Below are some records. Return exactly the lines from the one with "ThreePointArc((-3.9, -0.1), (-4, 0), (-3.9, 0.1))" to the one with "Rebuilt in FreeCAD, every", and nothing else.
BEGIN LISTED ENTRIES
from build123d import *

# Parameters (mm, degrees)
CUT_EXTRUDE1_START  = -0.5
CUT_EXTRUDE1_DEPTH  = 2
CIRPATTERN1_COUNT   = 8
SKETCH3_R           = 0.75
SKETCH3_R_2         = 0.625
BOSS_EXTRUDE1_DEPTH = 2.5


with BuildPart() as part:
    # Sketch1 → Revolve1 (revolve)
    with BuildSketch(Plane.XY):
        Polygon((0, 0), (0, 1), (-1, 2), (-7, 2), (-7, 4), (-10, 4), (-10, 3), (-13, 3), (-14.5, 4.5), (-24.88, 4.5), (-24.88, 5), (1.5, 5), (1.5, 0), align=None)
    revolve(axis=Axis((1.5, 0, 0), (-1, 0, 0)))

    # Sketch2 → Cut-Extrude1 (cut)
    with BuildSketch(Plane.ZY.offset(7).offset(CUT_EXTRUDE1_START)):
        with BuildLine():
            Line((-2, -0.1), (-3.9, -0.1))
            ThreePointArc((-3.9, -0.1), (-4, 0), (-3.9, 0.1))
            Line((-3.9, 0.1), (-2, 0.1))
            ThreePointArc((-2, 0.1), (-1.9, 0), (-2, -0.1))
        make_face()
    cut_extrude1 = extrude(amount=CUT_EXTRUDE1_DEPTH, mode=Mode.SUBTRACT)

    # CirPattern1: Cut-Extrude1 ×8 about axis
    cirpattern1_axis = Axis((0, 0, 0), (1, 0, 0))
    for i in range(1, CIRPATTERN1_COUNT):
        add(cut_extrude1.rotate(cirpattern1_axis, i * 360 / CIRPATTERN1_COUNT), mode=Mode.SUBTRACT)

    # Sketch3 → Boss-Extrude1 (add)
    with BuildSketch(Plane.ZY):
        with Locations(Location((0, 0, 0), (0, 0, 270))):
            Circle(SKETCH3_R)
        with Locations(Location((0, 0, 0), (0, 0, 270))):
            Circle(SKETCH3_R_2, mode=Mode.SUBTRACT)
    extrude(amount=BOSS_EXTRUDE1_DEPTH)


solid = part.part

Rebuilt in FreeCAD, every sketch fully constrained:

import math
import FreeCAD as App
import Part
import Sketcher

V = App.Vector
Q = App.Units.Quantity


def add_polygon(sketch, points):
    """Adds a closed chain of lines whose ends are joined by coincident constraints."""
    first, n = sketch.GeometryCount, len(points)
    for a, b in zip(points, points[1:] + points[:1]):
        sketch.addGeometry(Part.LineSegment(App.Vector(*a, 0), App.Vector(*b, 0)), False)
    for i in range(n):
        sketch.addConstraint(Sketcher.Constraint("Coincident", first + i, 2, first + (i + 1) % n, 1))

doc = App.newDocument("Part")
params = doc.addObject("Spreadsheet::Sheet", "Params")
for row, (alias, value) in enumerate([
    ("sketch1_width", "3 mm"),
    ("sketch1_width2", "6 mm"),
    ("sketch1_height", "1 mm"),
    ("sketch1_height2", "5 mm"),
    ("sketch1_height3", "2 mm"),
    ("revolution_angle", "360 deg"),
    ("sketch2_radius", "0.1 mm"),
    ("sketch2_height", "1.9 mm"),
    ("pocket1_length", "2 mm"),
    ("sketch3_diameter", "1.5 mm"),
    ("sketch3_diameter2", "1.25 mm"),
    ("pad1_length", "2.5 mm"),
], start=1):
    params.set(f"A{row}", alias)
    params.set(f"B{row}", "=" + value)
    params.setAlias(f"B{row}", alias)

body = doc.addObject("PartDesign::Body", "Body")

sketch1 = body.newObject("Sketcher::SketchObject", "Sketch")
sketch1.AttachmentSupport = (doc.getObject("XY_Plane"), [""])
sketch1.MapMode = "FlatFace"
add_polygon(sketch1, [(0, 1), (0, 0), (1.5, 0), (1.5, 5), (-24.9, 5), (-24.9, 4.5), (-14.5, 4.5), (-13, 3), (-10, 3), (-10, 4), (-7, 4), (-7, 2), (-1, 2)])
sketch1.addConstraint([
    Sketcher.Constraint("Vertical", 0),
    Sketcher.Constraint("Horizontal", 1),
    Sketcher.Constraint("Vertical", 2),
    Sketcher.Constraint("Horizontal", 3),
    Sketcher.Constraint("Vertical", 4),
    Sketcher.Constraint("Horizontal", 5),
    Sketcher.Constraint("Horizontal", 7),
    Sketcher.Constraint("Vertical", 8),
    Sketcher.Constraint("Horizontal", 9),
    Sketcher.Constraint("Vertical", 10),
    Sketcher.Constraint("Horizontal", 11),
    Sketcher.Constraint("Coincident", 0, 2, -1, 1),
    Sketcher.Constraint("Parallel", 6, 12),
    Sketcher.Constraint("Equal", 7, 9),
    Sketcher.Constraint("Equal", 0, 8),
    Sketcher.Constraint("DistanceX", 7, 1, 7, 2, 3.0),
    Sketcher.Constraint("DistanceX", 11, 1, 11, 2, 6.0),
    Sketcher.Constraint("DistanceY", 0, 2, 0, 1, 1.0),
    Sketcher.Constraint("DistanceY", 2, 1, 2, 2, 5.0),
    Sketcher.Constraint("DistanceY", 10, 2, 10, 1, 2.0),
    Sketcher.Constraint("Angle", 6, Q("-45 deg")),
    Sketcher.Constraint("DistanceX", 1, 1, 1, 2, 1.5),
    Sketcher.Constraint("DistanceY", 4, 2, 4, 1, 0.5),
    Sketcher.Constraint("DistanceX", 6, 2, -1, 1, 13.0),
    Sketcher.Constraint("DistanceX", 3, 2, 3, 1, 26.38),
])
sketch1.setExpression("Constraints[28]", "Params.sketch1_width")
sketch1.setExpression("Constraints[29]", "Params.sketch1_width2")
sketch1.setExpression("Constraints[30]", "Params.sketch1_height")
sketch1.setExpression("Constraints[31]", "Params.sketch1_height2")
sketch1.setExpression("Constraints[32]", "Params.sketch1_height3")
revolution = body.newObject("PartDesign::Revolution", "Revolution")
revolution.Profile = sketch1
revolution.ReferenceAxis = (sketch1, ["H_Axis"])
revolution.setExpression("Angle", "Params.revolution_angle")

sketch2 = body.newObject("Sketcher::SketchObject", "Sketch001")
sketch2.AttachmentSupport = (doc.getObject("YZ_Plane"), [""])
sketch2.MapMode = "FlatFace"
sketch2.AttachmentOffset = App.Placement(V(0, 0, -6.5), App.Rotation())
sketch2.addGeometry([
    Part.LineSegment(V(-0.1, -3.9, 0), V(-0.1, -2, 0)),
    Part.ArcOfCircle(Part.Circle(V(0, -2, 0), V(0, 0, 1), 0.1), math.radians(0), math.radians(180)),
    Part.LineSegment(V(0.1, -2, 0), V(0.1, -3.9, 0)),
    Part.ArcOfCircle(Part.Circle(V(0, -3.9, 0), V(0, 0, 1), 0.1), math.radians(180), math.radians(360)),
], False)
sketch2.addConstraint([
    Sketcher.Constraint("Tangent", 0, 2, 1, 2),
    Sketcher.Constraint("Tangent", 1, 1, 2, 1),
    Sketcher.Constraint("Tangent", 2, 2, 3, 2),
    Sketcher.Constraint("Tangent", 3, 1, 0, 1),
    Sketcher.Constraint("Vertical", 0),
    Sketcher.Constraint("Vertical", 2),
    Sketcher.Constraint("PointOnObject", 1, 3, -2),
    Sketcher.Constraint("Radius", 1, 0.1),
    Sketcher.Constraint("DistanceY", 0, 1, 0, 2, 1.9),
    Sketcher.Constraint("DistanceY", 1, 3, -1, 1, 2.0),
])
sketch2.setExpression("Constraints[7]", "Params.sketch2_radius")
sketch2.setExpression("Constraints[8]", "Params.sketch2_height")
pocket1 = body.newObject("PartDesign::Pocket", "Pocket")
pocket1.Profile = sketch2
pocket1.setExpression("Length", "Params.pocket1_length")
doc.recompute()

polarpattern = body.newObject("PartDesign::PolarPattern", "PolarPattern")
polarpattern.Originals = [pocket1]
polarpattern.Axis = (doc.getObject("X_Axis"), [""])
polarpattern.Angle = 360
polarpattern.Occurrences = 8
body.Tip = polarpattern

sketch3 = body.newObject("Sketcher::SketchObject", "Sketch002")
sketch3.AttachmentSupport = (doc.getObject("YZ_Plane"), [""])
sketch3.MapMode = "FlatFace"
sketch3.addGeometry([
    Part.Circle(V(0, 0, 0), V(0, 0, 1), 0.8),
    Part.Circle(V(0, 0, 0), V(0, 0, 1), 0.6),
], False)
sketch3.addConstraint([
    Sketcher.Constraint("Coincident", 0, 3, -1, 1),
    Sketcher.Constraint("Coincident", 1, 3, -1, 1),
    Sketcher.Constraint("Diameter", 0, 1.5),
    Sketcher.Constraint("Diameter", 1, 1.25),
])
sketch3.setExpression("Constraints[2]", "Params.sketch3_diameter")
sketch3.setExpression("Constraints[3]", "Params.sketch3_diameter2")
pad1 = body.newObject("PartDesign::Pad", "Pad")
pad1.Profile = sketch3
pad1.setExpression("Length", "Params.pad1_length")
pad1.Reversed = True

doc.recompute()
END LISTED ENTRIES
SOLUTION
            ThreePointArc((-3.9, -0.1), (-4, 0), (-3.9, 0.1))
            Line((-3.9, 0.1), (-2, 0.1))
            ThreePointArc((-2, 0.1), (-1.9, 0), (-2, -0.1))
        make_face()
    cut_extrude1 = extrude(amount=CUT_EXTRUDE1_DEPTH, mode=Mode.SUBTRACT)

    # CirPattern1: Cut-Extrude1 ×8 about axis
    cirpattern1_axis = Axis((0, 0, 0), (1, 0, 0))
    for i in range(1, CIRPATTERN1_COUNT):
        add(cut_extrude1.rotate(cirpattern1_axis, i * 360 / CIRPATTERN1_COUNT), mode=Mode.SUBTRACT)

    # Sketch3 → Boss-Extrude1 (add)
    with BuildSketch(Plane.ZY):
        with Locations(Location((0, 0, 0), (0, 0, 270))):
            Circle(SKETCH3_R)
        with Locations(Location((0, 0, 0), (0, 0, 270))):
            Circle(SKETCH3_R_2, mode=Mode.SUBTRACT)
    extrude(amount=BOSS_EXTRUDE1_DEPTH)


solid = part.part

Rebuilt in FreeCAD, every sketch fully constrained:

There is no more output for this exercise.